■ **WHAT NEEDS TO BE DONE**:
Return exactly and only these lines: the first of the listing through the one containing "#324=ADVANCED_FACE('',(#321),#323,.F.);".

■ **RECORDS SUPPLIED**:
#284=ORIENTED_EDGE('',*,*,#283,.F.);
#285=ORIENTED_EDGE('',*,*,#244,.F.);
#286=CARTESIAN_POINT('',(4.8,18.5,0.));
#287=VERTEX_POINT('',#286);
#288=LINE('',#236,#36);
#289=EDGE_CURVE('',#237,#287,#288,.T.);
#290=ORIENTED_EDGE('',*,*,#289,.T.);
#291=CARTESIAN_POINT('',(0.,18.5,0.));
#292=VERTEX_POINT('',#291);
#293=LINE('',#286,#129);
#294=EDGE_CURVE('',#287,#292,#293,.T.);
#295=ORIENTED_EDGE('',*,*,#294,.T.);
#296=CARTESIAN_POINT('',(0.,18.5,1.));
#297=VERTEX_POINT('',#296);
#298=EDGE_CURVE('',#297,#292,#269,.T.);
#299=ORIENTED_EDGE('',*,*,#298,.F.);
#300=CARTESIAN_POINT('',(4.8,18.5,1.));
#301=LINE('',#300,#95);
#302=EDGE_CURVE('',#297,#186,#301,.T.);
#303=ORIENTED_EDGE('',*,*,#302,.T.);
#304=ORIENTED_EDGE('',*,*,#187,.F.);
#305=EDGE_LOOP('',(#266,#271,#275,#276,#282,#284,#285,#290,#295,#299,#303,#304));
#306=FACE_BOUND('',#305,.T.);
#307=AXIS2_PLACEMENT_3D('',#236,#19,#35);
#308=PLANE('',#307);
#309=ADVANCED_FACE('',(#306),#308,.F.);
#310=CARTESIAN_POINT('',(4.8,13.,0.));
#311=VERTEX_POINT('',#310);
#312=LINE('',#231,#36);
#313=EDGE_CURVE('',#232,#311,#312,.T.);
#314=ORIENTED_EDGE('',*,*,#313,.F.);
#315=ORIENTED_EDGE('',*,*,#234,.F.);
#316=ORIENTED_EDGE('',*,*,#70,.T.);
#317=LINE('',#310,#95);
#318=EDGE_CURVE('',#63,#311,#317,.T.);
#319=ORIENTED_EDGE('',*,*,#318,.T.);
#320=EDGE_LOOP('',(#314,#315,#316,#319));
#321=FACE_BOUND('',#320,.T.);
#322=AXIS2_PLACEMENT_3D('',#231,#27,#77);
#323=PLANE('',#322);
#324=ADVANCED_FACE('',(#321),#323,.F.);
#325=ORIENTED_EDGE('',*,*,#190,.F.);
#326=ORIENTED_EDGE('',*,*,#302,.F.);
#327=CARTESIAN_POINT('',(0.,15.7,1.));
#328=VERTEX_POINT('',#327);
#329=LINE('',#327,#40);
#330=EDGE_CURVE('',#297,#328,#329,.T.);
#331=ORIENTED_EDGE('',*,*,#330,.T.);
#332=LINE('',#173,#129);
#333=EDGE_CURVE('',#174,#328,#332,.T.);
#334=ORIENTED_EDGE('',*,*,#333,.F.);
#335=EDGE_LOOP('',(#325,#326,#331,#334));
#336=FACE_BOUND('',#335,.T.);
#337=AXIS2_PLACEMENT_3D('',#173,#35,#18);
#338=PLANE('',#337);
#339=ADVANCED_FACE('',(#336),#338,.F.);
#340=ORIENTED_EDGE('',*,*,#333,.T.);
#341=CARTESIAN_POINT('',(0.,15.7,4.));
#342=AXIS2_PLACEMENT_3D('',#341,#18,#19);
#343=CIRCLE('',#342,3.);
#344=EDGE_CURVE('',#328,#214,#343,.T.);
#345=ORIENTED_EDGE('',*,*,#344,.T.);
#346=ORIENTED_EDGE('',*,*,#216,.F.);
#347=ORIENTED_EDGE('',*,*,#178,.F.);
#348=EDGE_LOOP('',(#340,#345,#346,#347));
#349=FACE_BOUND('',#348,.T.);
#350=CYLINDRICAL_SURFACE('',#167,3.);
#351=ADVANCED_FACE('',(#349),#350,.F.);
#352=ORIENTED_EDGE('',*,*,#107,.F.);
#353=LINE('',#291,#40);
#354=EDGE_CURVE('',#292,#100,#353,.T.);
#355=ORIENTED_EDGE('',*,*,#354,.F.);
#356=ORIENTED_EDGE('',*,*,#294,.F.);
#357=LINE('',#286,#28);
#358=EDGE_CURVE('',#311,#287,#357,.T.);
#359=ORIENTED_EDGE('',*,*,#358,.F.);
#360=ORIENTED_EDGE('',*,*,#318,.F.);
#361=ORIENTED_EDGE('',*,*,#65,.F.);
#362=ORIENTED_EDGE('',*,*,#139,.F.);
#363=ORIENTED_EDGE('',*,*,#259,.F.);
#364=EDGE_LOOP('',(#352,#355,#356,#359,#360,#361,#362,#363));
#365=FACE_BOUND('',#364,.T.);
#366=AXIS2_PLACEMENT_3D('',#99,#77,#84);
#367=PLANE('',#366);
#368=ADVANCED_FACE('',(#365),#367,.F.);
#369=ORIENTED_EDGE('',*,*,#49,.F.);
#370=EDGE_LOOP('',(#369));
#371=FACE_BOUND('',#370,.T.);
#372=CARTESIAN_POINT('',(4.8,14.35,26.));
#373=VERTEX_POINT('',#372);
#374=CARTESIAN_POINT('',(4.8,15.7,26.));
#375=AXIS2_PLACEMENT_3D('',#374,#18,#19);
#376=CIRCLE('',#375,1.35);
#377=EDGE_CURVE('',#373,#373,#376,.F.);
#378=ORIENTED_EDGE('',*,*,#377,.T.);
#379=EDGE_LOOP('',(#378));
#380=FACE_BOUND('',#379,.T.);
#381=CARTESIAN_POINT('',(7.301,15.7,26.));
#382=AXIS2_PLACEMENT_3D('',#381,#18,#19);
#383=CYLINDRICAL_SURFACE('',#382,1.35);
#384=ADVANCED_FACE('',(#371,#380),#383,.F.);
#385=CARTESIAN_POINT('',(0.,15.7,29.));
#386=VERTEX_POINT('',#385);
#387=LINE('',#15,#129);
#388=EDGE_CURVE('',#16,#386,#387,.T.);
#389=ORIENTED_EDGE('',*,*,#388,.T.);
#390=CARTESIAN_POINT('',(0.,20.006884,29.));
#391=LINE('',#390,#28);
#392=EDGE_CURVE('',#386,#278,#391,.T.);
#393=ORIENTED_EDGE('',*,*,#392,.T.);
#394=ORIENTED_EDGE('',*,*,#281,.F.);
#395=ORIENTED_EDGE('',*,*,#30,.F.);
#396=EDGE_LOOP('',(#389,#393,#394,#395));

■ **EXERCISE SOLUTION**:
#284=ORIENTED_EDGE('',*,*,#283,.F.);
#285=ORIENTED_EDGE('',*,*,#244,.F.);
#286=CARTESIAN_POINT('',(4.8,18.5,0.));
#287=VERTEX_POINT('',#286);
#288=LINE('',#236,#36);
#289=EDGE_CURVE('',#237,#287,#288,.T.);
#290=ORIENTED_EDGE('',*,*,#289,.T.);
#291=CARTESIAN_POINT('',(0.,18.5,0.));
#292=VERTEX_POINT('',#291);
#293=LINE('',#286,#129);
#294=EDGE_CURVE('',#287,#292,#293,.T.);
#295=ORIENTED_EDGE('',*,*,#294,.T.);
#296=CARTESIAN_POINT('',(0.,18.5,1.));
#297=VERTEX_POINT('',#296);
#298=EDGE_CURVE('',#297,#292,#269,.T.);
#299=ORIENTED_EDGE('',*,*,#298,.F.);
#300=CARTESIAN_POINT('',(4.8,18.5,1.));
#301=LINE('',#300,#95);
#302=EDGE_CURVE('',#297,#186,#301,.T.);
#303=ORIENTED_EDGE('',*,*,#302,.T.);
#304=ORIENTED_EDGE('',*,*,#187,.F.);
#305=EDGE_LOOP('',(#266,#271,#275,#276,#282,#284,#285,#290,#295,#299,#303,#304));
#306=FACE_BOUND('',#305,.T.);
#307=AXIS2_PLACEMENT_3D('',#236,#19,#35);
#308=PLANE('',#307);
#309=ADVANCED_FACE('',(#306),#308,.F.);
#310=CARTESIAN_POINT('',(4.8,13.,0.));
#311=VERTEX_POINT('',#310);
#312=LINE('',#231,#36);
#313=EDGE_CURVE('',#232,#311,#312,.T.);
#314=ORIENTED_EDGE('',*,*,#313,.F.);
#315=ORIENTED_EDGE('',*,*,#234,.F.);
#316=ORIENTED_EDGE('',*,*,#70,.T.);
#317=LINE('',#310,#95);
#318=EDGE_CURVE('',#63,#311,#317,.T.);
#319=ORIENTED_EDGE('',*,*,#318,.T.);
#320=EDGE_LOOP('',(#314,#315,#316,#319));
#321=FACE_BOUND('',#320,.T.);
#322=AXIS2_PLACEMENT_3D('',#231,#27,#77);
#323=PLANE('',#322);
#324=ADVANCED_FACE('',(#321),#323,.F.);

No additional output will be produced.